Garland, TX for two days. Circus lovers never tire of elephants, but as we all know wild elephant herds are highly threatened. We worry about elephants. At Carson & Barnes Circus we're working with several leading organizations to promote species survival and reproductive conservation in Asian elephants. We are especially proud of our work with the Endangered Ark Foundation located in our hometown of Hugo, OK.

Tuesday, April 04, 2006 


Durant. A brief stop back in the great state of Oklahoma today. Noted circus maven Harry Kingston spent several days with the show last week, remarking on the beautiful green lot in Pittsburg. Harry and Diane had a great time. Harry's been a Carson & Barnes fan since 1970.


Monday, April 03, 2006 


Greenville, TX. Blue sky, sunshine, warm weather, and suddenly the days are an hour longer! Sounds like circus season.

Sunday, April 02, 2006 


Pittsburg, TX today. Shows at 12:45 & 3:45. Some housekeeping on the blog. You may now enlarge the photos.

Because this is the 70th anniversary of the Carson & Barnes Circus, quite a milestone, it might be fun to mark some other circus anniversaries now and then. Some anniversaries are important, some minor, many are just fun.

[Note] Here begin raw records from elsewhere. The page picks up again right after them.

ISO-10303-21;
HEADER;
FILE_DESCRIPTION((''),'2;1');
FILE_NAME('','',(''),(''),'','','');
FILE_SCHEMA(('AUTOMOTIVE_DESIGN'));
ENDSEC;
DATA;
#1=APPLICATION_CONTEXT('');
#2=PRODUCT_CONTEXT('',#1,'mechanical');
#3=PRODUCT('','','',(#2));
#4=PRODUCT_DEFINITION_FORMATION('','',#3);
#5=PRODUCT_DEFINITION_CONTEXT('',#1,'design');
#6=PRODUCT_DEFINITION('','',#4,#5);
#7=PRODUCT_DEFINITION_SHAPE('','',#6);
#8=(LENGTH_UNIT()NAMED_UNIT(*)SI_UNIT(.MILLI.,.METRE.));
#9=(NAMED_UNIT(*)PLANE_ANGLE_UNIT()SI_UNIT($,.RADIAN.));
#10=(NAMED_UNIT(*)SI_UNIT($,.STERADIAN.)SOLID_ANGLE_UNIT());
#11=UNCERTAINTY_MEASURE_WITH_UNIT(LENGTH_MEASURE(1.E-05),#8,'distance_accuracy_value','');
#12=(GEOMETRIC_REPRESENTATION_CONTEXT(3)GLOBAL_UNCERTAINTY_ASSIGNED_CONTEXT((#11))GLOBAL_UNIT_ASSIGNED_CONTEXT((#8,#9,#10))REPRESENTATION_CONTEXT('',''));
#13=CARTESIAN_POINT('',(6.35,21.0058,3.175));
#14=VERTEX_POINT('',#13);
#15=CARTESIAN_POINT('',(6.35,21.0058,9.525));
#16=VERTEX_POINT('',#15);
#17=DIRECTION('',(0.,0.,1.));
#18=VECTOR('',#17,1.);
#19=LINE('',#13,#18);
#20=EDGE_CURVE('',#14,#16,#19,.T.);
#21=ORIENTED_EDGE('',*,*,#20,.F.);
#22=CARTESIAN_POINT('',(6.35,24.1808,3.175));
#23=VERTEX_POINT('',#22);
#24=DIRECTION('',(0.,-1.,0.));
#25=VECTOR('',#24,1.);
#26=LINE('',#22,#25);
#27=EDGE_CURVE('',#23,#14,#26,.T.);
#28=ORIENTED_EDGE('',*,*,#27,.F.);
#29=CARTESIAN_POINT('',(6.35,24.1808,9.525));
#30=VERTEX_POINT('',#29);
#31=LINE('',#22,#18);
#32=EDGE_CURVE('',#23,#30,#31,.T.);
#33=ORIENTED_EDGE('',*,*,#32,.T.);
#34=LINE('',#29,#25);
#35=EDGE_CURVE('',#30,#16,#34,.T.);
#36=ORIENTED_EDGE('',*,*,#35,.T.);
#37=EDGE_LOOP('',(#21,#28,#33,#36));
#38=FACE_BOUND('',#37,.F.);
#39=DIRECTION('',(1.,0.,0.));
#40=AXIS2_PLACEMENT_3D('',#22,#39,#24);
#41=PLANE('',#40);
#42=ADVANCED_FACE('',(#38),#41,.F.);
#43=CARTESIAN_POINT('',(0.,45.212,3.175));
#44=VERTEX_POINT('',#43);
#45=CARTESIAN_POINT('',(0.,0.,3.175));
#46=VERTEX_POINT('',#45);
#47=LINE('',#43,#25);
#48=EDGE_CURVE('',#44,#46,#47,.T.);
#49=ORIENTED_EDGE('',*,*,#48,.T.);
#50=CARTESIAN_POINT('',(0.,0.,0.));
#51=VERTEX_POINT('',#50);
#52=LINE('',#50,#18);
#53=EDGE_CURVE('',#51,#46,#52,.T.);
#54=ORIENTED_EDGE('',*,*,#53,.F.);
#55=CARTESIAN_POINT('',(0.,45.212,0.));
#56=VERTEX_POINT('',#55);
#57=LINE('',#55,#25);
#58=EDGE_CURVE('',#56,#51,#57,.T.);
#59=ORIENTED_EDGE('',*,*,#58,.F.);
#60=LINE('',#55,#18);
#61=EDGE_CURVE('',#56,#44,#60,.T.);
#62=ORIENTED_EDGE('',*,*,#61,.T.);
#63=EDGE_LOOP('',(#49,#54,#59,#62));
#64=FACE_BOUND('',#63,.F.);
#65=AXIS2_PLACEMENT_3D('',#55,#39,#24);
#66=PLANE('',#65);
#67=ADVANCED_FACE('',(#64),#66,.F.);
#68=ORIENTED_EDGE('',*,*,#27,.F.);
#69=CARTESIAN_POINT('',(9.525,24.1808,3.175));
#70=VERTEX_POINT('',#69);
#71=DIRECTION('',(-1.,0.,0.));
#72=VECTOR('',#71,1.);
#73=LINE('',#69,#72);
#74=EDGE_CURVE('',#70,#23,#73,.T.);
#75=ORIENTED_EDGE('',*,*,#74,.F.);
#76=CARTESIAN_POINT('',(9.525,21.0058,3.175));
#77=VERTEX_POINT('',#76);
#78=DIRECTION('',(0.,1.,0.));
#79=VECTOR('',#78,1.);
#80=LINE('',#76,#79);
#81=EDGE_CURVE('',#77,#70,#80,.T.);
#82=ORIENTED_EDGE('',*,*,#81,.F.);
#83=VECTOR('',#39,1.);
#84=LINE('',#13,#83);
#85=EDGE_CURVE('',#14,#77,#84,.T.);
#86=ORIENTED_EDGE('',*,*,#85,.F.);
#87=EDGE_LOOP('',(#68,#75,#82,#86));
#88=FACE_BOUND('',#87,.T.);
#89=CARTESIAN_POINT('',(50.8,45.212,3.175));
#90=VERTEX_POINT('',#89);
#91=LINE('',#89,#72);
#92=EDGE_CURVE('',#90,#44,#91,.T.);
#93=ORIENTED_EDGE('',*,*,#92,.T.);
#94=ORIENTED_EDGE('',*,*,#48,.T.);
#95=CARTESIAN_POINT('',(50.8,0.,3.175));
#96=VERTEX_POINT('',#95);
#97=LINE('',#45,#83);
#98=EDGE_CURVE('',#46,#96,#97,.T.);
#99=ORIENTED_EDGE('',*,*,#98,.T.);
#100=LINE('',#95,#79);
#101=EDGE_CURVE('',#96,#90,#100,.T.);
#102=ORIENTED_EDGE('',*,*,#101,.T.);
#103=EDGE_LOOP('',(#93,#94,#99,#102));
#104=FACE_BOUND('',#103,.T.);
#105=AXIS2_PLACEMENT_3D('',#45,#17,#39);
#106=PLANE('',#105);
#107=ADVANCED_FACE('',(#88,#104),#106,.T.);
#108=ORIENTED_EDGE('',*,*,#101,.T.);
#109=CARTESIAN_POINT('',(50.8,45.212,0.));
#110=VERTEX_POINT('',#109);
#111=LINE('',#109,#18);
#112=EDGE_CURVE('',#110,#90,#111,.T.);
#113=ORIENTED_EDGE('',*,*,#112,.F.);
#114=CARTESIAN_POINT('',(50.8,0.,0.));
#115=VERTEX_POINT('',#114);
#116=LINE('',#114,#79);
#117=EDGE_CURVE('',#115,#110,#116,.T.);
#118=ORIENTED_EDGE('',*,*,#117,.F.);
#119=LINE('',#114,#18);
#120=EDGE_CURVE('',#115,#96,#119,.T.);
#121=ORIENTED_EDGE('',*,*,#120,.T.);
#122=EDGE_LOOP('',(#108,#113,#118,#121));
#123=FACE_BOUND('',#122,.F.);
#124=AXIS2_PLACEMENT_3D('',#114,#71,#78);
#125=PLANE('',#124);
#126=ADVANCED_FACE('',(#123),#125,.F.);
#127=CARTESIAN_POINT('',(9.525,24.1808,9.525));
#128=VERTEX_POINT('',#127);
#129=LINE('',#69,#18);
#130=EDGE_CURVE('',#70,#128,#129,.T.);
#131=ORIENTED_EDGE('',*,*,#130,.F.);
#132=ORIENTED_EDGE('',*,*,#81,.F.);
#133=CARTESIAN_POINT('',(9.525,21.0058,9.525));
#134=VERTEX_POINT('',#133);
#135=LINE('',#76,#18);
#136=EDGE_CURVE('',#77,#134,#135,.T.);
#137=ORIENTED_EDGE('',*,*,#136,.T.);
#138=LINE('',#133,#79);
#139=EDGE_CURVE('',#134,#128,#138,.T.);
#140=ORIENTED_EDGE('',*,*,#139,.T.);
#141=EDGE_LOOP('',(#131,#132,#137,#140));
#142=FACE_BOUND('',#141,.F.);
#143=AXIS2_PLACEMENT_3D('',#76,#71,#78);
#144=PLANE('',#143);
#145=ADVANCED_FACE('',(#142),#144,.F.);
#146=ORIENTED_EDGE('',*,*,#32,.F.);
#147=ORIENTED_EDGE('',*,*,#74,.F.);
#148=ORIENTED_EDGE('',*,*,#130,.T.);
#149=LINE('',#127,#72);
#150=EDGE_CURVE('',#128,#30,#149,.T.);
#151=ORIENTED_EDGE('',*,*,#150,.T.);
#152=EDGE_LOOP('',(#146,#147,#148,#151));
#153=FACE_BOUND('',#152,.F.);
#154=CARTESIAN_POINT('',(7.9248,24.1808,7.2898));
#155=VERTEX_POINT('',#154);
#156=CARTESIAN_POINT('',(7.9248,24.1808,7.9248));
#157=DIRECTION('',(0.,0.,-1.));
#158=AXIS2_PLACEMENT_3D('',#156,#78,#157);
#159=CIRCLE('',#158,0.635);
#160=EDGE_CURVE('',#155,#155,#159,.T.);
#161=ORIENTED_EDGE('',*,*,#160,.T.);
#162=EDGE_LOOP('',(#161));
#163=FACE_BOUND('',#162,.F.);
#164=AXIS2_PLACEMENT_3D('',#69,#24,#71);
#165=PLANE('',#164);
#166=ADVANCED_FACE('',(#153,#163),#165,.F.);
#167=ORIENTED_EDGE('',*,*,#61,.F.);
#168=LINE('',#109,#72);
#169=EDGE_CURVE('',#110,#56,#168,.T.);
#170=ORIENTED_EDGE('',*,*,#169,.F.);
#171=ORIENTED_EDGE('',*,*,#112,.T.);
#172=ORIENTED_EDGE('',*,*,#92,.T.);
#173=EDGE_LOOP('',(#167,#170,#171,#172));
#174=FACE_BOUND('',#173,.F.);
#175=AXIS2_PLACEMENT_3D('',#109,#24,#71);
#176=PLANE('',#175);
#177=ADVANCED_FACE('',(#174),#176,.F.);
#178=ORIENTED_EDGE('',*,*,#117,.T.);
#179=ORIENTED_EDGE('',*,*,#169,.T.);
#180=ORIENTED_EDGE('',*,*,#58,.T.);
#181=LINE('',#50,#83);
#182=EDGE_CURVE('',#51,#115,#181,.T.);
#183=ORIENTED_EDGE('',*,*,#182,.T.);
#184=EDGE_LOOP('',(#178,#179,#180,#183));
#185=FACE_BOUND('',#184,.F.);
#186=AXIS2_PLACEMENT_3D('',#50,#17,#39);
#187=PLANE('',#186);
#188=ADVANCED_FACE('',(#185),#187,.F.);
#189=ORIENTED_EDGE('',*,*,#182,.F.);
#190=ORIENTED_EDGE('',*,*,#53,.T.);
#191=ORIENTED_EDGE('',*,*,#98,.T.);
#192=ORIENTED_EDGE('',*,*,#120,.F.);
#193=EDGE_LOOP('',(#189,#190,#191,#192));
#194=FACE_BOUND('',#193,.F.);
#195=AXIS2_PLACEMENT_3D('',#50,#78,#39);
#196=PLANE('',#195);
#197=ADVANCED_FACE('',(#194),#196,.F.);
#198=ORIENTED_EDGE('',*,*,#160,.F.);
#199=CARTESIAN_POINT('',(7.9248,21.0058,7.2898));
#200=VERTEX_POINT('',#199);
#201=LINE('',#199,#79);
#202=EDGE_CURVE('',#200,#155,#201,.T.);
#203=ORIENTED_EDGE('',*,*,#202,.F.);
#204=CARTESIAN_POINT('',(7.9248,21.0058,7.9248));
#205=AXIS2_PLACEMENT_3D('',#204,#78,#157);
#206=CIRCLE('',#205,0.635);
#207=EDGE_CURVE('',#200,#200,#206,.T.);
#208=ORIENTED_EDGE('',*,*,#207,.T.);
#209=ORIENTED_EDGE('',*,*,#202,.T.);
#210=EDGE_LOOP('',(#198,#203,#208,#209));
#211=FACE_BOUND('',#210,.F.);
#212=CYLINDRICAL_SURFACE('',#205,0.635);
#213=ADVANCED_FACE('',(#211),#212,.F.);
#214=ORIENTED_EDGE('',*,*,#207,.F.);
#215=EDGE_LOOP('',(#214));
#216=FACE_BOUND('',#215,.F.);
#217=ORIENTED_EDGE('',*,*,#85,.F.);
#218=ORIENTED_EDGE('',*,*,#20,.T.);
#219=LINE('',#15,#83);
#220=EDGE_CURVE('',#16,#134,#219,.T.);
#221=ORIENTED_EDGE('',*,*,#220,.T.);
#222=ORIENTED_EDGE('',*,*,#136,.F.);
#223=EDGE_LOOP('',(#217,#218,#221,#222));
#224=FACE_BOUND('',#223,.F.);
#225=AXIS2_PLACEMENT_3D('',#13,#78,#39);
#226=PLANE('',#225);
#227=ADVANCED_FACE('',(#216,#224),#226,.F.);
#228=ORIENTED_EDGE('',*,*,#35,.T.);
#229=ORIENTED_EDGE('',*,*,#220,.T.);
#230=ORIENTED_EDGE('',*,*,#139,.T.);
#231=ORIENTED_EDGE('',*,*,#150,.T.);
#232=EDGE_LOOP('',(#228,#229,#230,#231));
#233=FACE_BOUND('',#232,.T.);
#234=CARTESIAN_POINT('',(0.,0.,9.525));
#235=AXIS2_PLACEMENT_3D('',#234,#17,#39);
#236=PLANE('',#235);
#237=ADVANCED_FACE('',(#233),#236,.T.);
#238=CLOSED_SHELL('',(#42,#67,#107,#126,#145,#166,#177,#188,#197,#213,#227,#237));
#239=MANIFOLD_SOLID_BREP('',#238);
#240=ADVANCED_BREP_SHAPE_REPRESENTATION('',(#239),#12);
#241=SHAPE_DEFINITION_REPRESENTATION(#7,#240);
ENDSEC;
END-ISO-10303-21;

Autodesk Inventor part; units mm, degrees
ref_plane "YZ Plane" through (0, 0, 0) normal (1, 0, 0) x (0, 1, 0)
ref_plane "XZ Plane" through (0, 0, 0) normal (0, 1, 0) x (-1, 0, 0)
ref_plane "XY Plane" through (0, 0, 0) normal (0, 0, 1) x (1, 0, 0)
sketch "Sketch1" plane through (0, 0, 0) normal (0, 0, 1) x (1, 0, 0)
  line L0 (0, 0) -> (50.8, 0)
  line L1 (50.8, 0) -> (50.8, 45.212)
  line L2 (50.8, 45.212) -> (0, 45.212)
  line L3 (0, 45.212) -> (0, 0)
  dimension "d0" = 50.8
  dimension "d1" = 45.212
extrude "Extrusion1" add sketch "Sketch1" along normal blind 3.175
sketch "Sketch3" plane through (0, 0, 3.175) normal (0, 0, 1) x (1, 0, 0)
  point P0 (0, 0)
sketch "Sketch4" plane through (0, 0, 3.175) normal (0, 0, 1) x (1, 0, 0)
  point P0 (0, 0)
sketch "Sketch5" plane through (0, 0, 3.175) normal (0, 0, 1) x (1, 0, 0)
  line L0 (6.35, 21.0058) -> (9.525, 21.0058)
  line L1 (9.525, 21.0058) -> (9.525, 24.1808)
  line L2 (9.525, 24.1808) -> (6.35, 24.1808)
  line L3 (6.35, 24.1808) -> (6.35, 21.0058)
  point P0 (0, 0)
  dimension "d12" = 3.175
  dimension "d13" = 3.175
extrude "Extrusion3" add sketch "Sketch5" along normal blind 6.35
hole "Hole1" at (7.9248, 21.0058, 7.9248) direction (0, 1, 0) diameter 1.27 end through all
properties part number "HingePart1MK2"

Barnum said that the tent poles that hold up the American Circus are elephants and clowns. Most of us would agree with that. Children might add a third pole. Kids would probably argue that you can't have a circus without cotton candy. 106 years ago a man named Thomas Patton began selling cotton candy on the Ringling Bros Circus, and a love affair was born. Mr. Patton is sometimes erroneously credited with inventing cotton candy, in reality William Morrison and John Wharton invented the sticky stuff in Nashville, TN in 1897 and patented the first modern machine. They called their confection Fairy Floss. To this day, in the business, cotton candy is called floss. Eat it, enjoy it, think of it as a bit of circus history.


Saturday, April 01, 2006 


New Boston, TX today with a partly cloudy sky this morning. Veteran bull man turned farrier extraordinary Gary Hill visited the show earlier in the week and posted a nice picture to another blog. This thumbnail doesn’t do it justice, but if ever a big circus looked pretty on a lot this 70th edition of Carson & Barnes does. The old adage suggests that a fresh coat of paint covers a multitude of sins, I’d say on this show the amazing artwork on the new road office enhances a plethora of virtues. There are so many stars on any circus who never step into the center ring to receive the applause they richly deserve, painters, prop men, the canvas crew to name just a few. No show looks good without them.